===== Records shown

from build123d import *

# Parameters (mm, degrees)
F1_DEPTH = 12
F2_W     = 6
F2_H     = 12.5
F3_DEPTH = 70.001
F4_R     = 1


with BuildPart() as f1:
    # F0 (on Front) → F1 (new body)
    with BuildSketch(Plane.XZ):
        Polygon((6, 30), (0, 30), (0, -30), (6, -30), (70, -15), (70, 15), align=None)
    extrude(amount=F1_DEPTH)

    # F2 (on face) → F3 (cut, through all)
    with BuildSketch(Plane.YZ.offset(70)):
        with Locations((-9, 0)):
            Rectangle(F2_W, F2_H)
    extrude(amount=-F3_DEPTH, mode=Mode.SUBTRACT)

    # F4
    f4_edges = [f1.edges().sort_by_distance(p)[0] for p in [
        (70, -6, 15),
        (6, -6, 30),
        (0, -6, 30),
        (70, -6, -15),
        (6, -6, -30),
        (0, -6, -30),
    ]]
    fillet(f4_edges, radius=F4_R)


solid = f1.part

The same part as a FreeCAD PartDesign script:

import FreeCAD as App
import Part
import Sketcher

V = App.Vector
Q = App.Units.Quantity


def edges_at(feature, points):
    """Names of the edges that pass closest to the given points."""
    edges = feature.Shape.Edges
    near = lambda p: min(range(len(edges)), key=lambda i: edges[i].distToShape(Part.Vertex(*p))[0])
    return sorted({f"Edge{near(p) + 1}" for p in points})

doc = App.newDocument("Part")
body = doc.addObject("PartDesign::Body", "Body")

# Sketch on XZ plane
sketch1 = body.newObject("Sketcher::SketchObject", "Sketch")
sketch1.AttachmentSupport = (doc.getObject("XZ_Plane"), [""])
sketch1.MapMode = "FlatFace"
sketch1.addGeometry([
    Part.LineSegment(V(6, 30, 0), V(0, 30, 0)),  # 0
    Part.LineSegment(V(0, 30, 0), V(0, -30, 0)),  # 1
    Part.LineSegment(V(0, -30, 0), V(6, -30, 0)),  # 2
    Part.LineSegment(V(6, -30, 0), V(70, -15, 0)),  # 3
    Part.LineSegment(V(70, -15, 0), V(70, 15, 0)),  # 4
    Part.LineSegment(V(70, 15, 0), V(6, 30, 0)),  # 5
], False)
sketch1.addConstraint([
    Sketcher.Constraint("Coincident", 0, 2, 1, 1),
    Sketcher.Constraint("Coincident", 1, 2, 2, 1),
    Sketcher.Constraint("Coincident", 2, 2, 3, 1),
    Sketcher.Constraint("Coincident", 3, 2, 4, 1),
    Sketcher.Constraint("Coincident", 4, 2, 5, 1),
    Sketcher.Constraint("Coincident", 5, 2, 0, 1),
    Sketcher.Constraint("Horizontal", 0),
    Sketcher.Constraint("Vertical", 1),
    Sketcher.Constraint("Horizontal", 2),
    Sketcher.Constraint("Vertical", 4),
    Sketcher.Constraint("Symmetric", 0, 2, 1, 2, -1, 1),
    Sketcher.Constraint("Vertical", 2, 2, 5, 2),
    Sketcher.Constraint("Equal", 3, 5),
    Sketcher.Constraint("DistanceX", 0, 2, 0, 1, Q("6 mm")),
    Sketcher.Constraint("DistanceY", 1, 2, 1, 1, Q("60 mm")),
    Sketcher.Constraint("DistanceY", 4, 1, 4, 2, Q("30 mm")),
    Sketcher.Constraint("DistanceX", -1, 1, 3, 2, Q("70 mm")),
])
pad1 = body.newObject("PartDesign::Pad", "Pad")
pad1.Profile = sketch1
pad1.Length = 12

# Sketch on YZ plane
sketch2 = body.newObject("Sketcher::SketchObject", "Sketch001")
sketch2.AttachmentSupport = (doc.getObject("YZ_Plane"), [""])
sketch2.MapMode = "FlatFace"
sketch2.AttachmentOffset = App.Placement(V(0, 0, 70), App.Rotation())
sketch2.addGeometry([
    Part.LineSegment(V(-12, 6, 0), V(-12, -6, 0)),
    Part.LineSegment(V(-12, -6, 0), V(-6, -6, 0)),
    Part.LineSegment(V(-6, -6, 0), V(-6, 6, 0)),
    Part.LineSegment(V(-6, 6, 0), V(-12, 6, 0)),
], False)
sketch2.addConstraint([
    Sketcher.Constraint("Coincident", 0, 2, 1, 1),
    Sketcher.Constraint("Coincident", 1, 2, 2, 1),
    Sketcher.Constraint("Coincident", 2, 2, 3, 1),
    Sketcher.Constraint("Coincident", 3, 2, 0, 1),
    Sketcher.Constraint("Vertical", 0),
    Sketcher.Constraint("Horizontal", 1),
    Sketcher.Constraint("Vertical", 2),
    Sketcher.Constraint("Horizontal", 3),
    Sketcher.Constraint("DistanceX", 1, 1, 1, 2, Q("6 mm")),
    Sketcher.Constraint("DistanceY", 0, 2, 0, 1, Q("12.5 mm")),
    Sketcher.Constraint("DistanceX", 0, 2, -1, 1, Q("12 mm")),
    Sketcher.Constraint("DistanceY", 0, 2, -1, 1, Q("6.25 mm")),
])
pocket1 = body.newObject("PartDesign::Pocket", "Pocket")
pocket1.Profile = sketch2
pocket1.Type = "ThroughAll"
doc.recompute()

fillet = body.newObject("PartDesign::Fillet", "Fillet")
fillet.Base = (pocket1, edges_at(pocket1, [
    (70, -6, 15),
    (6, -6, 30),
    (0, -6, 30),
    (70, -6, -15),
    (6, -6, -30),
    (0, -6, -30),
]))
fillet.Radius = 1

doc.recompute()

==========
===== Records shown

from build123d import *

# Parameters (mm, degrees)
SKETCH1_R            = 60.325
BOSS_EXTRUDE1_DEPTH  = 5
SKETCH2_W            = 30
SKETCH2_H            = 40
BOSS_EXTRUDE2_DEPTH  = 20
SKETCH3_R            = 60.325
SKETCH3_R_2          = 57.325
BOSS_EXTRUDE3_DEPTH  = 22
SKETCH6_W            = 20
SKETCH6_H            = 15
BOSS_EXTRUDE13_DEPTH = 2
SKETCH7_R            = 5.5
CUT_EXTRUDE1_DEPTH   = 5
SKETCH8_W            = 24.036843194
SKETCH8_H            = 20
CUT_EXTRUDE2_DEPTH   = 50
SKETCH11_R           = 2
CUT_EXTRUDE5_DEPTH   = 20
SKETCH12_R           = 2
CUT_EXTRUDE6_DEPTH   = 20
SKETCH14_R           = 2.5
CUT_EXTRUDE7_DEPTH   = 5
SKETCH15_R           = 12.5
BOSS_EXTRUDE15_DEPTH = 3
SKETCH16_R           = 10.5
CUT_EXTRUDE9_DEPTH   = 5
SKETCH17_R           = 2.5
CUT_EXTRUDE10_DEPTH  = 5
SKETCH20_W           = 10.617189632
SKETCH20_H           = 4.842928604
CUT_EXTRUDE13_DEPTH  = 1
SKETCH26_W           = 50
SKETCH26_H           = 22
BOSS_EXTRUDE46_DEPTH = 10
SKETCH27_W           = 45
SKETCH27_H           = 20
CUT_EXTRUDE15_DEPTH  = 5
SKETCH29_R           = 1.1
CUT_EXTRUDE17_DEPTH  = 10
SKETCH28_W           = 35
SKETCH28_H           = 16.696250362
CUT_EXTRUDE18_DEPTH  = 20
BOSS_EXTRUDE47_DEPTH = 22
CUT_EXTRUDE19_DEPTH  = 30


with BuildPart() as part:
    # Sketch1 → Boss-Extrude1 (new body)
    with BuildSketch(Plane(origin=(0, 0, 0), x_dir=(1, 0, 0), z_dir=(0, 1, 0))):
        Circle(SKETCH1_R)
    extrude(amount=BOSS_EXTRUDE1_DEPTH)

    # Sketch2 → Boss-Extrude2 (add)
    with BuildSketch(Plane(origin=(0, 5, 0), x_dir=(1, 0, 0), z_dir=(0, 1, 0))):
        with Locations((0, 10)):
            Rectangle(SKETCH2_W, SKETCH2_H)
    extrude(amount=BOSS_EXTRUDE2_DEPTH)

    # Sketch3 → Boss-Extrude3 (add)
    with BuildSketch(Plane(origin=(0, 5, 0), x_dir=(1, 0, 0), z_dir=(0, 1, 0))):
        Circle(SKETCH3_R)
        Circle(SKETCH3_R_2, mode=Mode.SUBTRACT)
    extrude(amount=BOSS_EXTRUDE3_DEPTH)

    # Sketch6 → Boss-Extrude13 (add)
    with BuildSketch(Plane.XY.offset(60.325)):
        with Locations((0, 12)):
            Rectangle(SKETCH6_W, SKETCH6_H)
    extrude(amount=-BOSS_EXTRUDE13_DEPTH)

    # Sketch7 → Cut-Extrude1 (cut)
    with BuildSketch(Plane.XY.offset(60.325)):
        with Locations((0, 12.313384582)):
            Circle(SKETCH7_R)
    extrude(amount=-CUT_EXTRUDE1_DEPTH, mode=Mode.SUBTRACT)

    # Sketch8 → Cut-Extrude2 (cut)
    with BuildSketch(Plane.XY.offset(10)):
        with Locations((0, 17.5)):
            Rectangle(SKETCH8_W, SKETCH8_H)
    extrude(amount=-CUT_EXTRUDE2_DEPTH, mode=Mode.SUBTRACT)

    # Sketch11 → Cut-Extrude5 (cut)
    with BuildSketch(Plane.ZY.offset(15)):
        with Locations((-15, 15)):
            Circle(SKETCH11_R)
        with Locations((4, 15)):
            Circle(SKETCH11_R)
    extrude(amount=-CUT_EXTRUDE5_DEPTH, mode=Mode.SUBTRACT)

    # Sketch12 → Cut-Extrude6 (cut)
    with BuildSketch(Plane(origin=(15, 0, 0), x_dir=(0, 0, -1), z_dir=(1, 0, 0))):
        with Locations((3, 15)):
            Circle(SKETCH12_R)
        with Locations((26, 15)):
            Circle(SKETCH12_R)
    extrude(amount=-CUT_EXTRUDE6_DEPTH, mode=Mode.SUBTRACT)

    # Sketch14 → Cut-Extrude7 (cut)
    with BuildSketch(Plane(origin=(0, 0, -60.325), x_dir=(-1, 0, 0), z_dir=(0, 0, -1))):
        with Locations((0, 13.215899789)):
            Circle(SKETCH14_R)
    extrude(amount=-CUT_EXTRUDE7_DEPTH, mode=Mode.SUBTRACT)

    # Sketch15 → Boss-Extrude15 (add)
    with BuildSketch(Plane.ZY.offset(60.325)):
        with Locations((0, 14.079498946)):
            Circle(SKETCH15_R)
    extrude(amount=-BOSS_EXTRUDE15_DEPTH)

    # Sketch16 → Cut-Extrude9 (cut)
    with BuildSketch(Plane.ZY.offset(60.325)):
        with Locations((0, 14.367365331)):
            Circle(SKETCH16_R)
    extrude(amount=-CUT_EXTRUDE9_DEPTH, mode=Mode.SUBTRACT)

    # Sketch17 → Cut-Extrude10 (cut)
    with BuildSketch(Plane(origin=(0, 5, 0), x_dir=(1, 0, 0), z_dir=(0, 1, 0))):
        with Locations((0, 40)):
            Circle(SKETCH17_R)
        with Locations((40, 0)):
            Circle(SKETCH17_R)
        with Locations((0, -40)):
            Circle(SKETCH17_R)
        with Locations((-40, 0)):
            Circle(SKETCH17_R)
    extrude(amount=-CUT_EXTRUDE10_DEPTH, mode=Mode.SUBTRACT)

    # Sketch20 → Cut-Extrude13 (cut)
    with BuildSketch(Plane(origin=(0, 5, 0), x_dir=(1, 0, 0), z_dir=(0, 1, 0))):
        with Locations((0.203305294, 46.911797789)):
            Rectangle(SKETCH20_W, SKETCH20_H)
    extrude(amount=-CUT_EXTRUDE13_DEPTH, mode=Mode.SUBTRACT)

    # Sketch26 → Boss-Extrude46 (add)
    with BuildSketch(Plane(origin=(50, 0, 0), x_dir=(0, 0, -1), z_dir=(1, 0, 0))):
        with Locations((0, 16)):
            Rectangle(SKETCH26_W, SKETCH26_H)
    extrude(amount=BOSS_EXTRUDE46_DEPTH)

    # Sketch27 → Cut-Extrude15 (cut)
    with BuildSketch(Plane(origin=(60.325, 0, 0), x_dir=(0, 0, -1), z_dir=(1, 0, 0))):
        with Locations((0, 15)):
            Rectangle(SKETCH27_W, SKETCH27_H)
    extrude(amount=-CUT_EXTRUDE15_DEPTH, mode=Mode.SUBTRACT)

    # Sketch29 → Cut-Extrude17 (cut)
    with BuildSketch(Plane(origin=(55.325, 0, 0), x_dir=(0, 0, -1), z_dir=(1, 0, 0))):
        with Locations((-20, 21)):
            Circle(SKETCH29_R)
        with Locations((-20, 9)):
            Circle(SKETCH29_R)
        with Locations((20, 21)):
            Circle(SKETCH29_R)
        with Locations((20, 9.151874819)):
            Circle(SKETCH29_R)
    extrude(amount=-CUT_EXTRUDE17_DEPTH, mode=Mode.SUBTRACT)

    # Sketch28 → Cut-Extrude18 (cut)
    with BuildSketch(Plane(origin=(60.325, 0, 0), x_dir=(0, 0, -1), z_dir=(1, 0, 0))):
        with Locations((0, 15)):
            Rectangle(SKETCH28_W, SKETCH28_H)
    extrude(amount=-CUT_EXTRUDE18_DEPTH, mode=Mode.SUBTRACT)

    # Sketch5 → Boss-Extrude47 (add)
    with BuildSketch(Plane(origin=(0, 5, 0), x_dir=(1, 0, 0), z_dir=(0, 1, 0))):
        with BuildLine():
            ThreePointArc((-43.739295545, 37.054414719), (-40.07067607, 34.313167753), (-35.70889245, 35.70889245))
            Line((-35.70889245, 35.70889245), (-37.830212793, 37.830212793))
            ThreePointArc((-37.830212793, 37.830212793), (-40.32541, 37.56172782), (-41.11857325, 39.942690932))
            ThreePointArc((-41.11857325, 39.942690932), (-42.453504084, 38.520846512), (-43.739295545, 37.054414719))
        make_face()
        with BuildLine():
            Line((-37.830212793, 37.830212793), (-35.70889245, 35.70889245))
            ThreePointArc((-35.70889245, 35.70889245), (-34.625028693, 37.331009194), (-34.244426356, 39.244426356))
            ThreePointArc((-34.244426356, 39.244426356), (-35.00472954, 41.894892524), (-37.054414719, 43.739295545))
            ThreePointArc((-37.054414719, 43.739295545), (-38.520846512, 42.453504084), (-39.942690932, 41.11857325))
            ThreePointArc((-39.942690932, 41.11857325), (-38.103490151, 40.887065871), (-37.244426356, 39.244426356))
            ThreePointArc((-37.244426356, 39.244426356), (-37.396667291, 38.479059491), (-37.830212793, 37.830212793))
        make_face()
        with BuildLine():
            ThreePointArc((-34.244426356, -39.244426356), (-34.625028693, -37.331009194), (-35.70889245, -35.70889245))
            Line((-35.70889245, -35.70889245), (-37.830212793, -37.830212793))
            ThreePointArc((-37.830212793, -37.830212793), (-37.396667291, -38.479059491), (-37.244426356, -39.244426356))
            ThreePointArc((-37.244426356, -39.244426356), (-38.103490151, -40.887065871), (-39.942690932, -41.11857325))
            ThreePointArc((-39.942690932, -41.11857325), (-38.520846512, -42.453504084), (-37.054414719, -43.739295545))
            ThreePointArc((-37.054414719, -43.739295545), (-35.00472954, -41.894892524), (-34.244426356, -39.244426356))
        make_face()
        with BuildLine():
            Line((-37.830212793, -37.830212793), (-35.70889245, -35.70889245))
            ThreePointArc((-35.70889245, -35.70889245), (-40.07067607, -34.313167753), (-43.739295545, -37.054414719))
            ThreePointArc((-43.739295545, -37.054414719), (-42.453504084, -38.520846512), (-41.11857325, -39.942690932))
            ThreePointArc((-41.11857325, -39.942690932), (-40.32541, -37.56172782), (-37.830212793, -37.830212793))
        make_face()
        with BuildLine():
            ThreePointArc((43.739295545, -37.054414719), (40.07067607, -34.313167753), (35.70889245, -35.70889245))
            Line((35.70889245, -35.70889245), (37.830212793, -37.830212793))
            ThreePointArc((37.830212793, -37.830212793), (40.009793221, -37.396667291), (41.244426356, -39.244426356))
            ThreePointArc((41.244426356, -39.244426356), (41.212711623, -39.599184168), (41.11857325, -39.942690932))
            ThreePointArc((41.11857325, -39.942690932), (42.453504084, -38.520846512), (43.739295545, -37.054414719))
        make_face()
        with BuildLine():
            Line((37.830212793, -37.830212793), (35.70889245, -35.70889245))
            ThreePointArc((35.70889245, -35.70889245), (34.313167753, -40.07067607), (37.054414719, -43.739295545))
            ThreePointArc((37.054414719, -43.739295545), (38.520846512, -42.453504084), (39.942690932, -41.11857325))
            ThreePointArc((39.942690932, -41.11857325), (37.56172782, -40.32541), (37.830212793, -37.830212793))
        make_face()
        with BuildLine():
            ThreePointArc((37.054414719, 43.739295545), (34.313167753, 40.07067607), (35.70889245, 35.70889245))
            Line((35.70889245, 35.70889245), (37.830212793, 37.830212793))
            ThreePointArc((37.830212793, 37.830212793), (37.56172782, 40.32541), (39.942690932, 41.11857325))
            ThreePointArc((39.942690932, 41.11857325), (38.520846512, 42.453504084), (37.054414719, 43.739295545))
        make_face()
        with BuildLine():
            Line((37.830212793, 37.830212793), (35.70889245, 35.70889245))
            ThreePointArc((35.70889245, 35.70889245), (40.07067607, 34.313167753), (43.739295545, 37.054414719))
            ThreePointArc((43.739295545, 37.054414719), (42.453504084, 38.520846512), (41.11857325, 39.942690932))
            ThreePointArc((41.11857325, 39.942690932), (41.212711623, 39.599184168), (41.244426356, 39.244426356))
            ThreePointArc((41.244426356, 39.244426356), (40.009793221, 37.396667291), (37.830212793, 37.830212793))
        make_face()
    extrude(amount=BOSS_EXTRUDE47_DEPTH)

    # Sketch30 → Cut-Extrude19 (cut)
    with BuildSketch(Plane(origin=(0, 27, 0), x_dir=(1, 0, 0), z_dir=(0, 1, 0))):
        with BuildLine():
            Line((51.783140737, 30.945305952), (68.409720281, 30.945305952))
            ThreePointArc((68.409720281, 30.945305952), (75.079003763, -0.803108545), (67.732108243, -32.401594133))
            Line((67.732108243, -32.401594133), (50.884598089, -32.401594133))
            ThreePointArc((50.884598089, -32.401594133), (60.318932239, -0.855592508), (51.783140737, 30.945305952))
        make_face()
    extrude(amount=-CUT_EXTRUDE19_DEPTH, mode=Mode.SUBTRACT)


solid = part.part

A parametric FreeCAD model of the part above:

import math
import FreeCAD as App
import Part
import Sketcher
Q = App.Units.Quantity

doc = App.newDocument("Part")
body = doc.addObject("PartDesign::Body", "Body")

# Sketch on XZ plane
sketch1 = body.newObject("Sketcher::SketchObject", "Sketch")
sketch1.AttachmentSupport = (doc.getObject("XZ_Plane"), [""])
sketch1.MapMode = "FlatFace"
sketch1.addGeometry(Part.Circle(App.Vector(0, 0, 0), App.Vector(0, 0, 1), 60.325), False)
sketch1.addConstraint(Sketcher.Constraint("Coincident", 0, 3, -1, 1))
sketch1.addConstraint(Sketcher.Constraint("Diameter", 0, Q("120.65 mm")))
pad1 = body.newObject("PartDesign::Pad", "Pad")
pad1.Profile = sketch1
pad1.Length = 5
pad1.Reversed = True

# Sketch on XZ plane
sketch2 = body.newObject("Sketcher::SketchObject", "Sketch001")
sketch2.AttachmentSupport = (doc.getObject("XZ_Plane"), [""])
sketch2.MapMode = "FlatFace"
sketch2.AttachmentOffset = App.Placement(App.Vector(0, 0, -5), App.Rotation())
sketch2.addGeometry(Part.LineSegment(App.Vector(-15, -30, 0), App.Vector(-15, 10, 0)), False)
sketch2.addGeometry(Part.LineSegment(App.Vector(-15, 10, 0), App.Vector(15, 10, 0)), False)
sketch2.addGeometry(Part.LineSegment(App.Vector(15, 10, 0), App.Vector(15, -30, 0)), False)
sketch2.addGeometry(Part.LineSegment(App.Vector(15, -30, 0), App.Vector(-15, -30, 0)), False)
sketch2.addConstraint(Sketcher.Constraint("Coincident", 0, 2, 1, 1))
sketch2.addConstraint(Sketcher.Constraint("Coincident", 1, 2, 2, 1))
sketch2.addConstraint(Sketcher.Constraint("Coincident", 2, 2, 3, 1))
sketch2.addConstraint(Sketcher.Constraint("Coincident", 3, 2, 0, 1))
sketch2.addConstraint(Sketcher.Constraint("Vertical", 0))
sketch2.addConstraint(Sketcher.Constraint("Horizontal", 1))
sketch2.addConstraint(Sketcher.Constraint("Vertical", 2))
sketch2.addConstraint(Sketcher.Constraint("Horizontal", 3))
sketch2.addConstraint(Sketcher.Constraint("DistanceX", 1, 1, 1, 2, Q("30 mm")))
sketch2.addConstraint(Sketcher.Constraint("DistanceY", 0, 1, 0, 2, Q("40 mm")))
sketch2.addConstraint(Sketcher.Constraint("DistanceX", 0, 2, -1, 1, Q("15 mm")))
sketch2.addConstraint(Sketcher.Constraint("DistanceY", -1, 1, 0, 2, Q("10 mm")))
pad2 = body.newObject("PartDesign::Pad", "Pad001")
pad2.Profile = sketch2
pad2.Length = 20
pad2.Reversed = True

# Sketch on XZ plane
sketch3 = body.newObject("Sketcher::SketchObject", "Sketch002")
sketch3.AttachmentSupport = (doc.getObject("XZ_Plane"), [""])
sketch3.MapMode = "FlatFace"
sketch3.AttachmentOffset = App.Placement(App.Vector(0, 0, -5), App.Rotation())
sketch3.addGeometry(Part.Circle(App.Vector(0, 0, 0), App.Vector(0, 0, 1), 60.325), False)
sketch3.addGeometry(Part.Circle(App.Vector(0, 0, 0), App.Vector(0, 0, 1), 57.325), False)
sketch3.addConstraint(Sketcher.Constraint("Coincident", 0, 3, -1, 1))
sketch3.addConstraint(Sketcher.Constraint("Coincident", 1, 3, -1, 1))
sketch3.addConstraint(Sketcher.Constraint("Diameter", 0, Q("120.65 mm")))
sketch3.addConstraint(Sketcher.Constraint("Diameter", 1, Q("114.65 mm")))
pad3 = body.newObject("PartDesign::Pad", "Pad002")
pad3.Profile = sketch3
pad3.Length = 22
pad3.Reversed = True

==========

### Required work
Return the span of lines in the data above that opens at the line with "extrude(amount=-CUT_EXTRUDE9_DEPTH, mode=Mode.SUBTRACT)" and closes at the line with "Rectangle(SKETCH27_W, SKETCH27_H)", exactly, ends included, nothing else.

### Response
    extrude(amount=-CUT_EXTRUDE9_DEPTH, mode=Mode.SUBTRACT)

    # Sketch17 → Cut-Extrude10 (cut)
    with BuildSketch(Plane(origin=(0, 5, 0), x_dir=(1, 0, 0), z_dir=(0, 1, 0))):
        with Locations((0, 40)):
            Circle(SKETCH17_R)
        with Locations((40, 0)):
            Circle(SKETCH17_R)
        with Locations((0, -40)):
            Circle(SKETCH17_R)
        with Locations((-40, 0)):
            Circle(SKETCH17_R)
    extrude(amount=-CUT_EXTRUDE10_DEPTH, mode=Mode.SUBTRACT)

    # Sketch20 → Cut-Extrude13 (cut)
    with BuildSketch(Plane(origin=(0, 5, 0), x_dir=(1, 0, 0), z_dir=(0, 1, 0))):
        with Locations((0.203305294, 46.911797789)):
            Rectangle(SKETCH20_W, SKETCH20_H)
    extrude(amount=-CUT_EXTRUDE13_DEPTH, mode=Mode.SUBTRACT)

    # Sketch26 → Boss-Extrude46 (add)
    with BuildSketch(Plane(origin=(50, 0, 0), x_dir=(0, 0, -1), z_dir=(1, 0, 0))):
        with Locations((0, 16)):
            Rectangle(SKETCH26_W, SKETCH26_H)
    extrude(amount=BOSS_EXTRUDE46_DEPTH)

    # Sketch27 → Cut-Extrude15 (cut)
    with BuildSketch(Plane(origin=(60.325, 0, 0), x_dir=(0, 0, -1), z_dir=(1, 0, 0))):
        with Locations((0, 15)):
            Rectangle(SKETCH27_W, SKETCH27_H)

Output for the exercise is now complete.